Il y en a énormément. En vrac: Bill Evans, Keith Jarrett, Samson François, Martha Argerich, Vladimir Horowitz, Art Tatum, Bud Powell, Thelonius Monk, Michel Petrucciani, Mulgrew Miller, Hank Jones, Tommy Flanagan, Cedar Walton, Kenny Barron, Enrico Pieranunzi, Winton Kelly, Herbie Hancock, Chick Corea, Kenny Kirkland, Lazar Berman, Lennie Tristano, Phineas Newborn Jr., Tete Montoliu… sans oublier Rachmaninov, Chopin, Liszt, Bach… John Coltrane, Charlie Parker, Charles Mingus, Duke Ellington, Wayne Shorter…

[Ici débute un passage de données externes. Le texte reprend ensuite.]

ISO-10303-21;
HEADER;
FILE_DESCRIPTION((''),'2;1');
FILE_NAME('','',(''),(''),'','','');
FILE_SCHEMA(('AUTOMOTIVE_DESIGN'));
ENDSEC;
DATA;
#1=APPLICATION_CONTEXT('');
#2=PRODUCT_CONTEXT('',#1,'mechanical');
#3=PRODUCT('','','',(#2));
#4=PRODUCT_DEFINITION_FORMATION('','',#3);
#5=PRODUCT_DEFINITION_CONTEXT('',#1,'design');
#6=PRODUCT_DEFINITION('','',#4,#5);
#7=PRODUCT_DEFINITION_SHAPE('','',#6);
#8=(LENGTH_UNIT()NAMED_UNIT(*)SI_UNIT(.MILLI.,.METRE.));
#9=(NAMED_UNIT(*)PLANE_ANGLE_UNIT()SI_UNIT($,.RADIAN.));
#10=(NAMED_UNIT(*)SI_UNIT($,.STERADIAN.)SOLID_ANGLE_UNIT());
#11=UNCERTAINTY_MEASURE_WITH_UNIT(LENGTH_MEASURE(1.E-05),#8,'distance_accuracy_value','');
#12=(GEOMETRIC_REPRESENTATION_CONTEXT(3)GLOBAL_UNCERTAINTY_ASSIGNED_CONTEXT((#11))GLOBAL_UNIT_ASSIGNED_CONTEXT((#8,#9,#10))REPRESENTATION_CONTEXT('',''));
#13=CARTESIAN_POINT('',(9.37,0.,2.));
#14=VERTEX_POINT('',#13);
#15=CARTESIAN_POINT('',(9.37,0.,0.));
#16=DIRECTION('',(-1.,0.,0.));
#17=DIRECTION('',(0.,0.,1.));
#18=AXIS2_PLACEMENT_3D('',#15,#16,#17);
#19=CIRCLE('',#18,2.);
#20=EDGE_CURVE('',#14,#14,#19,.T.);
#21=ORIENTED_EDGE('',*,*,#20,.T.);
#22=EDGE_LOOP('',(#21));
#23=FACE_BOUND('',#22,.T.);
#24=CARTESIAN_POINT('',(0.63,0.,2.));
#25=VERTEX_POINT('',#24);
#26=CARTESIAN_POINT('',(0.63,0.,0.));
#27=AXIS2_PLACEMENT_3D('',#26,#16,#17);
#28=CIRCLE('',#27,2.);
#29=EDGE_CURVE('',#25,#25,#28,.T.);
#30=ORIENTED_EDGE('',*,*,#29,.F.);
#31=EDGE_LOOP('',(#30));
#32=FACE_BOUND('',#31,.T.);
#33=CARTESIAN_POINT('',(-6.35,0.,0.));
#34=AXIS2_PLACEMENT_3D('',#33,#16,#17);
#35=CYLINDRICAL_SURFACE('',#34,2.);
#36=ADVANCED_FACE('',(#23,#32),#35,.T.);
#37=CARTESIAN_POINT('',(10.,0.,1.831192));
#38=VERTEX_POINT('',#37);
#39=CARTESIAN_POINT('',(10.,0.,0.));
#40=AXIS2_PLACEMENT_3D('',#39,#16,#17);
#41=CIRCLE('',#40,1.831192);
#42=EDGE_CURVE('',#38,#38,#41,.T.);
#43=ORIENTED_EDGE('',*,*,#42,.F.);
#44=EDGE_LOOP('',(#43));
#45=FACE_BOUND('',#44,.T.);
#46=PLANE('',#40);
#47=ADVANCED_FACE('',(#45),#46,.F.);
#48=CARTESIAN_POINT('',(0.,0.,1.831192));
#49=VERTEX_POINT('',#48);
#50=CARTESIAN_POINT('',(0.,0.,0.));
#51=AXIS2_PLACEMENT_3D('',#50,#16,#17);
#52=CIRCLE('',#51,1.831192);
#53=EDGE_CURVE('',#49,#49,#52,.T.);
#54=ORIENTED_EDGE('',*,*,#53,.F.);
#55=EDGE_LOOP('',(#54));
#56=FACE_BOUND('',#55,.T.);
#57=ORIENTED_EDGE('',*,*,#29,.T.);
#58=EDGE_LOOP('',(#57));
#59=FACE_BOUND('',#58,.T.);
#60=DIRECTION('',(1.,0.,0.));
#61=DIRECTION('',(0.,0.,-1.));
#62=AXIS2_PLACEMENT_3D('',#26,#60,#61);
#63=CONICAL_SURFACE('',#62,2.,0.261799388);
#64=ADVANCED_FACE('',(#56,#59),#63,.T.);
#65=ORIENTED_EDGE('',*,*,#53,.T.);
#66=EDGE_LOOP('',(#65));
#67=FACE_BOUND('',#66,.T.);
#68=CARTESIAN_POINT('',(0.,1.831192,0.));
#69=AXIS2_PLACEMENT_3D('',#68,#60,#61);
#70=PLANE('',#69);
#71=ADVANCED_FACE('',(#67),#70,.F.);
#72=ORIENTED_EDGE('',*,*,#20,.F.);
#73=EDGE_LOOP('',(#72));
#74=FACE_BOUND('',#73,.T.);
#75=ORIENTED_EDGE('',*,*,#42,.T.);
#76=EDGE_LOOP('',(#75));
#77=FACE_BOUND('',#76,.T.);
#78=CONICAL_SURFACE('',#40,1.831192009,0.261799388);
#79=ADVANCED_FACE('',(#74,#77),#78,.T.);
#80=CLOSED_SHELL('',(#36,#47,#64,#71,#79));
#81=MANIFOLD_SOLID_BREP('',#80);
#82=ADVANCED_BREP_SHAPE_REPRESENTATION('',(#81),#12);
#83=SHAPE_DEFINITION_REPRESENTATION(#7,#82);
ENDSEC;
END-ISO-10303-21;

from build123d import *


with BuildPart() as part:
    # Sketch1 → Base-Revolve (revolve)
    with BuildSketch(Plane.XY):
        Polygon((0, 0), (10, 0), (10, 1.831192009), (9.37, 2), (0.63, 2), (0, 1.831192009), align=None)
    revolve(axis=Axis((-6.35, 0, 0), (1, 0, 0)))


solid = part.part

Comment s’est déroulé votre début de carrière?

 

N'ayant jamais pensé en terme de carrière, je ne saurais dire. Elle n'a donc sûrement jamais démarré! (Rires) Mes débuts se sont plutôt bien passés: j'ai sorti mon premier disque à 26 ans –qui a été bien accueilli, au point d'avoir un bel article dans Le Monde, ce qui ne s'est jamais reproduit depuis d'ailleurs! (Rires). Je jouais très régulièrement au Petit-Opportun les cinq dernières années de son existence avec encore à l'époque des concerts sur deux, trois, quatre jours d'affilée, et dans d'autres clubs également. La vie parisienne était encore assez agréable à cette époque-là.

 

Parallèlement, vous avez commencé à enseigner. Qu’est-ce qui vous paraît important de transmettre à vos élèves?

 

En fait, j'ai commencé à donner des leçons de piano à 18 ans, mais je me suis vraiment mis à enseigner sérieusement vers 22-23 ans, notamment quand Bernard Maury m'a demandé d'être l'un de ses assistants à l'Ecole Supérieure de Jazz, à Beaubourg, école qui préfigurait la Bill Evans Piano Academy. J'ai aussi dirigé l'école Paris Jazz School pendant deux ou trois ans, une école de jazz dédiée à la pratique amateur. Je suis très réservé quant aux écoles de formation professionnelle. C’était une belle équipe d'une douzaine de profs dont Jean-Paul Adam (as), Jean-Pierre Thirault (ts), Déborah Tanguy (voc), Joël Bouquet (p), Hugo Lippi (g) et le regretté Claude Mouton (b). Selon moi, ce qui est important à faire passer, c'est trouver son son, son espace, son phrasé… Ce qui suppose qu'une bonne partie de la technique pianistique et de la compréhension harmonique doivent être acquises. Etre en recherche de soi, explorer et découvrir petit à petit, quel que soit le niveau d'ailleurs. Le plus important étant aussi la joie, le plaisir, le désir de jouer au piano, et non pas de jouer du piano, comme disait Samson François, l'un des plus grands poètes de l'instrument.

 

Le trio est votre formation privilégiée…

 

Parce qu'un trilogue est ternaire et crée automatiquement du rebond. Le trio piano-contrebasse-batterie est la formule reine pour un pianiste. Il permet de multiples échanges ainsi qu'une large palette de jeux et une stabilité rythmique pour le soliste. Trois individualités qui s'écoutent et se répondent, avec une liberté qui devient plus restreinte au-delà de trois, font qu'il y a un mouvement circulaire dans lequel il y en a toujours un pour booster les deux autres. Comme le triptyque humain avec le corps, l'esprit et l'âme. Et aussi la Sainte Trinité, le tricycle et la trilogie du Seigneur des Anneaux! (Rires) J'aime également le solo, le duo, le quartet, le quintet… L'espace dans lequel s'inscrit le piano est différent selon la formation.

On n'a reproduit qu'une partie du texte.